### DESCRIPTION OF THE TASK
Among the entries below, extract exactly the lines that run from the one with "f 384 382 352" through the one with "f 421 424 425", both ends included.

### DATA SHOWN
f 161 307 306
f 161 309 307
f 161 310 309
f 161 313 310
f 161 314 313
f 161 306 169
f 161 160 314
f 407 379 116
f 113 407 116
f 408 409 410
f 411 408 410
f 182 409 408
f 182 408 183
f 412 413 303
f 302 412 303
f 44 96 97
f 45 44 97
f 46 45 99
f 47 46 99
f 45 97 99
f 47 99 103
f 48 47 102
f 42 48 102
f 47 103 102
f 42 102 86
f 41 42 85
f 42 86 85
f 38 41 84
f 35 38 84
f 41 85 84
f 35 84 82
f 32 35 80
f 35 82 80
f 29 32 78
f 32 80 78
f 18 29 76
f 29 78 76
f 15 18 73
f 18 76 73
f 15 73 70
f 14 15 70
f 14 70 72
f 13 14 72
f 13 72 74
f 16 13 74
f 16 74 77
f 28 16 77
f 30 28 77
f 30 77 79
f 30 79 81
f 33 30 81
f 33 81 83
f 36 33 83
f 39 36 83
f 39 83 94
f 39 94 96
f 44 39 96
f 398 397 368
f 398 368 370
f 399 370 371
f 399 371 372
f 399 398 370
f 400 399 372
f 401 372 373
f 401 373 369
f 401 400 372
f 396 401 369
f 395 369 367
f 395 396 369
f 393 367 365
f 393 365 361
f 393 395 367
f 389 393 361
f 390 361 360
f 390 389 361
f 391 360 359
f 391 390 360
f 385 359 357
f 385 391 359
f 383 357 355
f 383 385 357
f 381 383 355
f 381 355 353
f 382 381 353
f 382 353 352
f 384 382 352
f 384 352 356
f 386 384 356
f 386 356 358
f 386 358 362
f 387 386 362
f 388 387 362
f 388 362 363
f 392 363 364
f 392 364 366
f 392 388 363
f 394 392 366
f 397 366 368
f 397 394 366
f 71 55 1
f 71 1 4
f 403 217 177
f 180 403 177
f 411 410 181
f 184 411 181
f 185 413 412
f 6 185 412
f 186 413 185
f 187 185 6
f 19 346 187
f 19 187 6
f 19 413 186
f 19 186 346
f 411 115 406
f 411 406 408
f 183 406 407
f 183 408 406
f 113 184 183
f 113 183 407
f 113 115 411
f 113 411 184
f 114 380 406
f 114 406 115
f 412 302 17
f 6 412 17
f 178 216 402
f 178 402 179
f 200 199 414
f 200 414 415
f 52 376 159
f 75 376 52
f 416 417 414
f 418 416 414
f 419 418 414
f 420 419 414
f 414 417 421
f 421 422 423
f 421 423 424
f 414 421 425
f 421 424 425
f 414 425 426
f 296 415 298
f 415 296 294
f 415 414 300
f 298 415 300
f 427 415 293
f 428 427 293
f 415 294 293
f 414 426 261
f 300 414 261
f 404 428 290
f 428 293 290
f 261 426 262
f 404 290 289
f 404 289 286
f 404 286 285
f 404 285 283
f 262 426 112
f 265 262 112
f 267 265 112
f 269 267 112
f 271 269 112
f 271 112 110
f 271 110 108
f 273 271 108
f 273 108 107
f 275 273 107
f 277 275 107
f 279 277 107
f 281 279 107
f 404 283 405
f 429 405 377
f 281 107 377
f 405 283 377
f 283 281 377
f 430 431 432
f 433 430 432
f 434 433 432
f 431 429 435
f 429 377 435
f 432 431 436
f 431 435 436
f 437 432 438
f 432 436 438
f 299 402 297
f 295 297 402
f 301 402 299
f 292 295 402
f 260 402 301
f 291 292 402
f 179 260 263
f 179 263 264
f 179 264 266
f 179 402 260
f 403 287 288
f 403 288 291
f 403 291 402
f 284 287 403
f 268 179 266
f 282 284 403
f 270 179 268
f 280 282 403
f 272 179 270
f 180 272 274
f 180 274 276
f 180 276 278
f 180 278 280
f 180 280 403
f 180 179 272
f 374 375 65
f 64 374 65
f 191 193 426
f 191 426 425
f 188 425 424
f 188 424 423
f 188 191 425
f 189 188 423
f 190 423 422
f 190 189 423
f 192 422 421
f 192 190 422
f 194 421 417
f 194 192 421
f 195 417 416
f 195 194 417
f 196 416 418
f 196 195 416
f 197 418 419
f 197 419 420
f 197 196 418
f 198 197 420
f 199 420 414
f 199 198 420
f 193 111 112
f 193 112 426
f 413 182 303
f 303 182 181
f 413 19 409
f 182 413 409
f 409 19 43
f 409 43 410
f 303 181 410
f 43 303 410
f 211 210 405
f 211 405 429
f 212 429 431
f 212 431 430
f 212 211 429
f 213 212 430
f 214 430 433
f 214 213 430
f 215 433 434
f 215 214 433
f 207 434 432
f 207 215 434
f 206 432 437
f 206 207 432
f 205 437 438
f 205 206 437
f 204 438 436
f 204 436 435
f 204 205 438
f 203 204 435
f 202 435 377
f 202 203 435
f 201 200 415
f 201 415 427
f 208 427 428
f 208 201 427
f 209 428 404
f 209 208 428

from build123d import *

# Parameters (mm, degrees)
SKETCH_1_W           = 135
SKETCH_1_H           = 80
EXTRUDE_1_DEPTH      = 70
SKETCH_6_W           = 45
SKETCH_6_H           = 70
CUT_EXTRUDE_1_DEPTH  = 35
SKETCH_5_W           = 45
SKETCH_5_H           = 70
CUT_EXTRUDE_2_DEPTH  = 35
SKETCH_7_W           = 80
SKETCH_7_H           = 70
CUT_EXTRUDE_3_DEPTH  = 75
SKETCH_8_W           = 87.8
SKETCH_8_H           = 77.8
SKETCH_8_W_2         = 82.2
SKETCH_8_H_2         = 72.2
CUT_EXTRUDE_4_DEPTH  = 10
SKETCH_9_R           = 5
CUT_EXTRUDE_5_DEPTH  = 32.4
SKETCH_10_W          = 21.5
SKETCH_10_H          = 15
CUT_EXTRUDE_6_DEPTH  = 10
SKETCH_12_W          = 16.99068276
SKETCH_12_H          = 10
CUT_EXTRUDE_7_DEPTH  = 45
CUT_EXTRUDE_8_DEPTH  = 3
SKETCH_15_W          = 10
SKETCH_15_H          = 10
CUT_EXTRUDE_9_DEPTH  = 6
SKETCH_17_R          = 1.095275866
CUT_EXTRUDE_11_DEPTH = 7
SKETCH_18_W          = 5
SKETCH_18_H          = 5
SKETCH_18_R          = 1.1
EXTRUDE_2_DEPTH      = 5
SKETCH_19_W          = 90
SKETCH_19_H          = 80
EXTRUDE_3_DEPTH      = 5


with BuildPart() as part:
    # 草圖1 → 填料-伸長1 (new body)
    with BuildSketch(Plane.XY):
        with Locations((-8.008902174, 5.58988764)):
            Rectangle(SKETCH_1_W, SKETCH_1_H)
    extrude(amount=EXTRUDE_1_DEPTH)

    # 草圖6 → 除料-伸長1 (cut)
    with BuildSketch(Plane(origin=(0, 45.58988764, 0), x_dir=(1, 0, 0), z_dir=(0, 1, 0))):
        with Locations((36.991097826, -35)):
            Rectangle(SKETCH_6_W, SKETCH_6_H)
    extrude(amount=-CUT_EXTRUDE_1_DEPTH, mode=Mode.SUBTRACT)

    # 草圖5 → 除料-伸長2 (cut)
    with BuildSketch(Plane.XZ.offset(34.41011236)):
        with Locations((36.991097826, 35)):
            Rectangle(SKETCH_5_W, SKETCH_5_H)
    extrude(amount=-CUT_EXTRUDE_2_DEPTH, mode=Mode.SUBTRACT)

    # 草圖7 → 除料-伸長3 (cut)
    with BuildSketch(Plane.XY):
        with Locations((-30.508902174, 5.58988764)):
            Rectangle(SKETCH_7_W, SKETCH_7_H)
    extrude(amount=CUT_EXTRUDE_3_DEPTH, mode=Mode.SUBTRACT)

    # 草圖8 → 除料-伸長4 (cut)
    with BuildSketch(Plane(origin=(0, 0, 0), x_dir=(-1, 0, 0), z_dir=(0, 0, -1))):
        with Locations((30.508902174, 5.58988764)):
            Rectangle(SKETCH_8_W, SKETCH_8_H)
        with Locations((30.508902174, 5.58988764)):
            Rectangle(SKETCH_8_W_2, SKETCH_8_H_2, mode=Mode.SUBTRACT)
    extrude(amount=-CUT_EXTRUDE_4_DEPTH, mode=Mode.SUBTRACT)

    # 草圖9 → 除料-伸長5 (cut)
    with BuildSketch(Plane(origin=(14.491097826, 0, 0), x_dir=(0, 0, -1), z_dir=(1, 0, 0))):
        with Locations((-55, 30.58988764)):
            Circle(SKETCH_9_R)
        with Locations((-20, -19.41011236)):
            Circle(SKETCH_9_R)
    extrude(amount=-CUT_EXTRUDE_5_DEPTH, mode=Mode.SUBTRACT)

### SOLUTION FOR THIS PROBLEM
f 384 382 352
f 384 352 356
f 386 384 356
f 386 356 358
f 386 358 362
f 387 386 362
f 388 387 362
f 388 362 363
f 392 363 364
f 392 364 366
f 392 388 363
f 394 392 366
f 397 366 368
f 397 394 366
f 71 55 1
f 71 1 4
f 403 217 177
f 180 403 177
f 411 410 181
f 184 411 181
f 185 413 412
f 6 185 412
f 186 413 185
f 187 185 6
f 19 346 187
f 19 187 6
f 19 413 186
f 19 186 346
f 411 115 406
f 411 406 408
f 183 406 407
f 183 408 406
f 113 184 183
f 113 183 407
f 113 115 411
f 113 411 184
f 114 380 406
f 114 406 115
f 412 302 17
f 6 412 17
f 178 216 402
f 178 402 179
f 200 199 414
f 200 414 415
f 52 376 159
f 75 376 52
f 416 417 414
f 418 416 414
f 419 418 414
f 420 419 414
f 414 417 421
f 421 422 423
f 421 423 424
f 414 421 425
f 421 424 425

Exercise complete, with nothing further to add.